AIM OF THE EXERCISE> Output only the stretch of the listing that starts at the line containing "#177=ORIENTED_EDGE('',*,*,#69,.T.);" and ends at the line containing "#185=CLOSED_SHELL('',(#46,#84,#124,#136,#151,#162,#174,#184));", reproduced exactly with both ends.

*** Begin section ***

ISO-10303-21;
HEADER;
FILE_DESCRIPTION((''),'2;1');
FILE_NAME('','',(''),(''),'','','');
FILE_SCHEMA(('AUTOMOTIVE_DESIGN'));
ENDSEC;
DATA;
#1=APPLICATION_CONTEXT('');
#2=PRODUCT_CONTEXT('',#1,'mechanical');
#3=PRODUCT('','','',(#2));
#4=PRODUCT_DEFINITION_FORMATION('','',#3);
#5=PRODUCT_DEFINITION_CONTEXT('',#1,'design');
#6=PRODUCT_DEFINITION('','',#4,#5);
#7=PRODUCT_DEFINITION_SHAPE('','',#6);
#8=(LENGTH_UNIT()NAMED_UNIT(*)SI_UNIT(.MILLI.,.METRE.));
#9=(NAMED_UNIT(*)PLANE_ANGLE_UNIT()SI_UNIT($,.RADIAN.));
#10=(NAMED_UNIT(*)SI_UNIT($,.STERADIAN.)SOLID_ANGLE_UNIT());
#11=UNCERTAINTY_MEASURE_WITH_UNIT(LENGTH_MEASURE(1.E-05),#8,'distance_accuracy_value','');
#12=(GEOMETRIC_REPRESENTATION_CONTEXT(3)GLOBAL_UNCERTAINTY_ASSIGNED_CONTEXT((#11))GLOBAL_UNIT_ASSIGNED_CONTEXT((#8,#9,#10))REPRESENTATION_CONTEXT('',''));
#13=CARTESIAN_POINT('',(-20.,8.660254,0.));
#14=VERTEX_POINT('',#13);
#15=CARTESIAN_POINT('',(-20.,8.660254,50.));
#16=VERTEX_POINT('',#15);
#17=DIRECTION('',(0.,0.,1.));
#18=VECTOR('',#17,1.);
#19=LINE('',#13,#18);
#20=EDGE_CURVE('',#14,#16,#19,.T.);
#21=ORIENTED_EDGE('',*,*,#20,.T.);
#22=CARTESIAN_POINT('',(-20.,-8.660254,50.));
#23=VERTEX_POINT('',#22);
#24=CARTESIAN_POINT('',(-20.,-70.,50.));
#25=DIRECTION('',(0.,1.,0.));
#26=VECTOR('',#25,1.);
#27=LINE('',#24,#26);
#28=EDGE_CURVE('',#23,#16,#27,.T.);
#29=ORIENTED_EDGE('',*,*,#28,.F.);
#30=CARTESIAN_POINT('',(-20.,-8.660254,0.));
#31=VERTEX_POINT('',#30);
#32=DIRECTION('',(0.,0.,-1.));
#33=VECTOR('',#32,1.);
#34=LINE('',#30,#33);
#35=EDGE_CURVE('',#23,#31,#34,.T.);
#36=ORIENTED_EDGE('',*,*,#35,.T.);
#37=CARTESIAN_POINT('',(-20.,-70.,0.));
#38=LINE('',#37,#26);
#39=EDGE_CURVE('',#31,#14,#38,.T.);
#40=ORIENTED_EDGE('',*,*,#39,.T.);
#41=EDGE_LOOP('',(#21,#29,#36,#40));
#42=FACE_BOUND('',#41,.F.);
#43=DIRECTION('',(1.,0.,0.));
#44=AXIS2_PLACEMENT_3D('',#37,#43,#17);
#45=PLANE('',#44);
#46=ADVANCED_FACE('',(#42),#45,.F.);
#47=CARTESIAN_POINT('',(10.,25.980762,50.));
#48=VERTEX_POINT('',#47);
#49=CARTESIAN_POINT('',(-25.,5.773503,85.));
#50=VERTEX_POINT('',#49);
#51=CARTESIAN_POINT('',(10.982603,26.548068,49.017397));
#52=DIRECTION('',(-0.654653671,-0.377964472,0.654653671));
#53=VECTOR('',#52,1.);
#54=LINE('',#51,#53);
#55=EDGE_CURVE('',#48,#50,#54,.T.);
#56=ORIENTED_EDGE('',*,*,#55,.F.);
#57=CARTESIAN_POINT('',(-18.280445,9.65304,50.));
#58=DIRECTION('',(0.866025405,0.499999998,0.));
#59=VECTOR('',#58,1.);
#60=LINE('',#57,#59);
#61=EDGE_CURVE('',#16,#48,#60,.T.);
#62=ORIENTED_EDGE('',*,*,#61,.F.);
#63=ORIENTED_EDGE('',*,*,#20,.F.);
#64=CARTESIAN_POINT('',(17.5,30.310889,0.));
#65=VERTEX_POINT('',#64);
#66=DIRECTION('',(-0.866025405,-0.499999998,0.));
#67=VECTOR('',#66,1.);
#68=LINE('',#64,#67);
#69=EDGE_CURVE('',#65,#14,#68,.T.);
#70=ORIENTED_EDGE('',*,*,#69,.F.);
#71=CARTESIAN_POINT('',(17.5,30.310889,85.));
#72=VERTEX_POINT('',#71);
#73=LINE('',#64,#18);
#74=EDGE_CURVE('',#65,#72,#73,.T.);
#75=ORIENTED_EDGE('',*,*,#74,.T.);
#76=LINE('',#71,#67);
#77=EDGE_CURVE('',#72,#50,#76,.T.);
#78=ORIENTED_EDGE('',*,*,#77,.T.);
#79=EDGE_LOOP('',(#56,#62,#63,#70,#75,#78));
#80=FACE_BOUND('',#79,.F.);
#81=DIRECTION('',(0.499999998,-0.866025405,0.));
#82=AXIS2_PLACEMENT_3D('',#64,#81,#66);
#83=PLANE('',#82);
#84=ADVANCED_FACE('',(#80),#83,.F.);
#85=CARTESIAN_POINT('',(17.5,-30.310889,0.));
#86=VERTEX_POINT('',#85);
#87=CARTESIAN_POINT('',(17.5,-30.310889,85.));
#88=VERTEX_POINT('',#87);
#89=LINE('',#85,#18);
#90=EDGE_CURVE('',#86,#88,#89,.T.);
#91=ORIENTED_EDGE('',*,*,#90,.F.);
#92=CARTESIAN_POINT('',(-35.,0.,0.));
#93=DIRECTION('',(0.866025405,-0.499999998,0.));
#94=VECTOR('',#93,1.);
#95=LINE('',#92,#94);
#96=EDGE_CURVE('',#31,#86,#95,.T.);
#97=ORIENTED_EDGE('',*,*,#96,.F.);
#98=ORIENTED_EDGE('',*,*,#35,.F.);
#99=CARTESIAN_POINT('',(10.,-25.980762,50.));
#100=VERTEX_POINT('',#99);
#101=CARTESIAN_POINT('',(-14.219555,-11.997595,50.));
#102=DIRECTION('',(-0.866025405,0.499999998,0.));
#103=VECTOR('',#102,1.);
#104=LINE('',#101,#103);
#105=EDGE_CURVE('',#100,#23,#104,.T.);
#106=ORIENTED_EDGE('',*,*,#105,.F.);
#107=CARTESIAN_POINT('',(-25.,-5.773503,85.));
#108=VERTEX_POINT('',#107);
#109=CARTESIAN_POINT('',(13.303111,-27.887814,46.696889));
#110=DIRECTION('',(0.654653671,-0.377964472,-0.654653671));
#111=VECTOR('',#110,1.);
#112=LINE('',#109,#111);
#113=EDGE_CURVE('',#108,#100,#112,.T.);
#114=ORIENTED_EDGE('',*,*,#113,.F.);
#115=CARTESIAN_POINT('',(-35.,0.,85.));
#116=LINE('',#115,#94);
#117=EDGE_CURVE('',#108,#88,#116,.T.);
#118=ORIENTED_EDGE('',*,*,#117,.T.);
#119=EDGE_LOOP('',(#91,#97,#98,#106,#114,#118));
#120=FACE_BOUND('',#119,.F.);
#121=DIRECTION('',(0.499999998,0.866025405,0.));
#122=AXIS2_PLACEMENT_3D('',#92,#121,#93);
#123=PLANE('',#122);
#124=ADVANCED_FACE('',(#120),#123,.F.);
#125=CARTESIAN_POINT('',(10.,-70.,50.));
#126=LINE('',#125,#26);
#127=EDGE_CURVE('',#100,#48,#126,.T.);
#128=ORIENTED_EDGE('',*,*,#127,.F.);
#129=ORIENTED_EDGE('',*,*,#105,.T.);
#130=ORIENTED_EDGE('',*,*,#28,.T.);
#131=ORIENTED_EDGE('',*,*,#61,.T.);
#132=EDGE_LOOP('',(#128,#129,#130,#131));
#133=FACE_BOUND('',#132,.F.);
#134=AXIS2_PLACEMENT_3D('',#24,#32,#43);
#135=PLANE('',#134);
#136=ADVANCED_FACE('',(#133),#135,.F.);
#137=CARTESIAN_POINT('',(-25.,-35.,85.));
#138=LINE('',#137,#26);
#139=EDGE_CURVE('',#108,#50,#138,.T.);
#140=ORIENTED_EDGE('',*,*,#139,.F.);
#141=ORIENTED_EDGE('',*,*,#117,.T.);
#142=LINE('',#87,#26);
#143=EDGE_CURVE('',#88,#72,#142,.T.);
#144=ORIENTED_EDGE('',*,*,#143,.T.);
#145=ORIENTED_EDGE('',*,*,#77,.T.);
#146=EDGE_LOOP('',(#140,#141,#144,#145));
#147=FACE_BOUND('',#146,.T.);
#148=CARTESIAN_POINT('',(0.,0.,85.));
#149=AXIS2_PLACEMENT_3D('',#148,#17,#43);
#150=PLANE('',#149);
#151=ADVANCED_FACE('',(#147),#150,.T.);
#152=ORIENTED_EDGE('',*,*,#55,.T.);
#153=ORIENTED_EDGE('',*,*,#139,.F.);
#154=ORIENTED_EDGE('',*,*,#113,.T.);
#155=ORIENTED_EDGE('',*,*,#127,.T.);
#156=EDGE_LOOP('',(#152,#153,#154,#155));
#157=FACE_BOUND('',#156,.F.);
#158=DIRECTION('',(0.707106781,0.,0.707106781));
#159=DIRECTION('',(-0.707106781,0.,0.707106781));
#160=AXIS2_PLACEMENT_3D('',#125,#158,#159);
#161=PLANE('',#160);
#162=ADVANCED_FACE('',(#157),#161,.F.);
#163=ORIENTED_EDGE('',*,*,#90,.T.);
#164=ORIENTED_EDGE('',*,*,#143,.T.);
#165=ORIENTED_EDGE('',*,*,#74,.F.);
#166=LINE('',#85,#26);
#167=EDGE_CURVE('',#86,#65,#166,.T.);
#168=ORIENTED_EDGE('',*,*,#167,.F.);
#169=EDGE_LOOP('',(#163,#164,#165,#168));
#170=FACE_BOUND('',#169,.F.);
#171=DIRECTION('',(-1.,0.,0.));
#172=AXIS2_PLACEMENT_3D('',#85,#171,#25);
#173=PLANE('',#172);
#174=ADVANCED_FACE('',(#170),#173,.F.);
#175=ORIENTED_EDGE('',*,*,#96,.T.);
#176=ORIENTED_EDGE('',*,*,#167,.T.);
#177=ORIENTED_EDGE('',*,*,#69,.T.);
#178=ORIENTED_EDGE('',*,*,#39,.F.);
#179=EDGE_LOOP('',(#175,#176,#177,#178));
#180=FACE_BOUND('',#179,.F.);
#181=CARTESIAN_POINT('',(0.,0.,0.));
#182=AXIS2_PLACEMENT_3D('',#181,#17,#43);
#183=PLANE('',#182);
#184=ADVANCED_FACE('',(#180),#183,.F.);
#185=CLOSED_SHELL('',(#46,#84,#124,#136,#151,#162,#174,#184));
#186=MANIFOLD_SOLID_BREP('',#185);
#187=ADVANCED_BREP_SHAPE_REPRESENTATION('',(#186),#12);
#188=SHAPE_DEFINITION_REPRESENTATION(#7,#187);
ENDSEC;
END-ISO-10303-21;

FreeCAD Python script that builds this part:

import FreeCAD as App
import Part
import Sketcher
Q = App.Units.Quantity


def add_polygon(sketch, points):
    """Adds a closed chain of lines whose ends are joined by coincident constraints."""
    first, n = sketch.GeometryCount, len(points)
    for a, b in zip(points, points[1:] + points[:1]):
        sketch.addGeometry(Part.LineSegment(App.Vector(*a, 0), App.Vector(*b, 0)), False)
    for i in range(n):
        sketch.addConstraint(Sketcher.Constraint("Coincident", first + i, 2, first + (i + 1) % n, 1))

doc = App.newDocument("Part")
params = doc.addObject("Spreadsheet::Sheet", "Params")
for row, (alias, value) in enumerate([
    ("pad1_length", "85 mm"),
    ("sketch2_width", "30 mm"),
    ("sketch2_height", "50 mm"),
    ("pocket1_length", "120 mm"),
], start=1):
    params.set(f"A{row}", alias)
    params.set(f"B{row}", "=" + value)
    params.setAlias(f"B{row}", alias)

body = doc.addObject("PartDesign::Body", "Body")

# Sketch on XY plane
sketch1 = body.newObject("Sketcher::SketchObject", "Sketch")
sketch1.AttachmentSupport = (doc.getObject("XY_Plane"), [""])
sketch1.MapMode = "FlatFace"
add_polygon(sketch1, [(18, 30), (-35, 0), (18, -30)])  # lines 0-2
sketch1.addConstraint([
    Sketcher.Constraint("Vertical", 2),
    Sketcher.Constraint("PointOnObject", 0, 2, -1),
    Sketcher.Constraint("Equal", 0, 1),
    Sketcher.Constraint("Angle", 0, Q("-150 deg")),
    Sketcher.Constraint("DistanceX", 0, 2, -1, 1, 35.0),
    Sketcher.Constraint("DistanceX", -1, 1, 1, 2, 17.5),
])
pad1 = body.newObject("PartDesign::Pad", "Pad")
pad1.Profile = sketch1
pad1.setExpression("Length", "Params.pad1_length")

# Sketch on XZ plane
sketch2 = body.newObject("Sketcher::SketchObject", "Sketch001")
sketch2.AttachmentSupport = (doc.getObject("XZ_Plane"), [""])
sketch2.MapMode = "FlatFace"
sketch2.AttachmentOffset = App.Placement(App.Vector(0, 0, 70), App.Rotation())
add_polygon(sketch2, [(-45, 0), (-20, 0), (-20, 50), (10, 50), (-25, 85), (-43, 85)])  # lines 0-5
sketch2.addConstraint([
    Sketcher.Constraint("Horizontal", 0),
    Sketcher.Constraint("Vertical", 1),
    Sketcher.Constraint("Horizontal", 2),
    Sketcher.Constraint("Horizontal", 4),
    Sketcher.Constraint("PointOnObject", 0, 2, -1),
    Sketcher.Constraint("DistanceX", 2, 1, 2, 2, 30.0),
    Sketcher.Constraint("DistanceY", 1, 1, 1, 2, 50.0),
    Sketcher.Constraint("Angle", 3, Q("135 deg")),
    Sketcher.Constraint("DistanceX", 0, 2, -1, 1, 20.0),
    Sketcher.Constraint("DistanceX", 0, 1, 0, 2, 24.77262),
    Sketcher.Constraint("DistanceX", 4, 2, 4, 1, 17.637696),
    Sketcher.Constraint("DistanceX", 3, 2, -1, 1, 25.159609),
])
sketch2.setExpression("Constraints[11]", "Params.sketch2_width")
sketch2.setExpression("Constraints[12]", "Params.sketch2_height")
pocket1 = body.newObject("PartDesign::Pocket", "Pocket")
pocket1.Profile = sketch2
pocket1.setExpression("Length", "Params.pocket1_length")

doc.recompute()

*** End section ***

SOLUTION BELOW>
#177=ORIENTED_EDGE('',*,*,#69,.T.);
#178=ORIENTED_EDGE('',*,*,#39,.F.);
#179=EDGE_LOOP('',(#175,#176,#177,#178));
#180=FACE_BOUND('',#179,.F.);
#181=CARTESIAN_POINT('',(0.,0.,0.));
#182=AXIS2_PLACEMENT_3D('',#181,#17,#43);
#183=PLANE('',#182);
#184=ADVANCED_FACE('',(#180),#183,.F.);
#185=CLOSED_SHELL('',(#46,#84,#124,#136,#151,#162,#174,#184));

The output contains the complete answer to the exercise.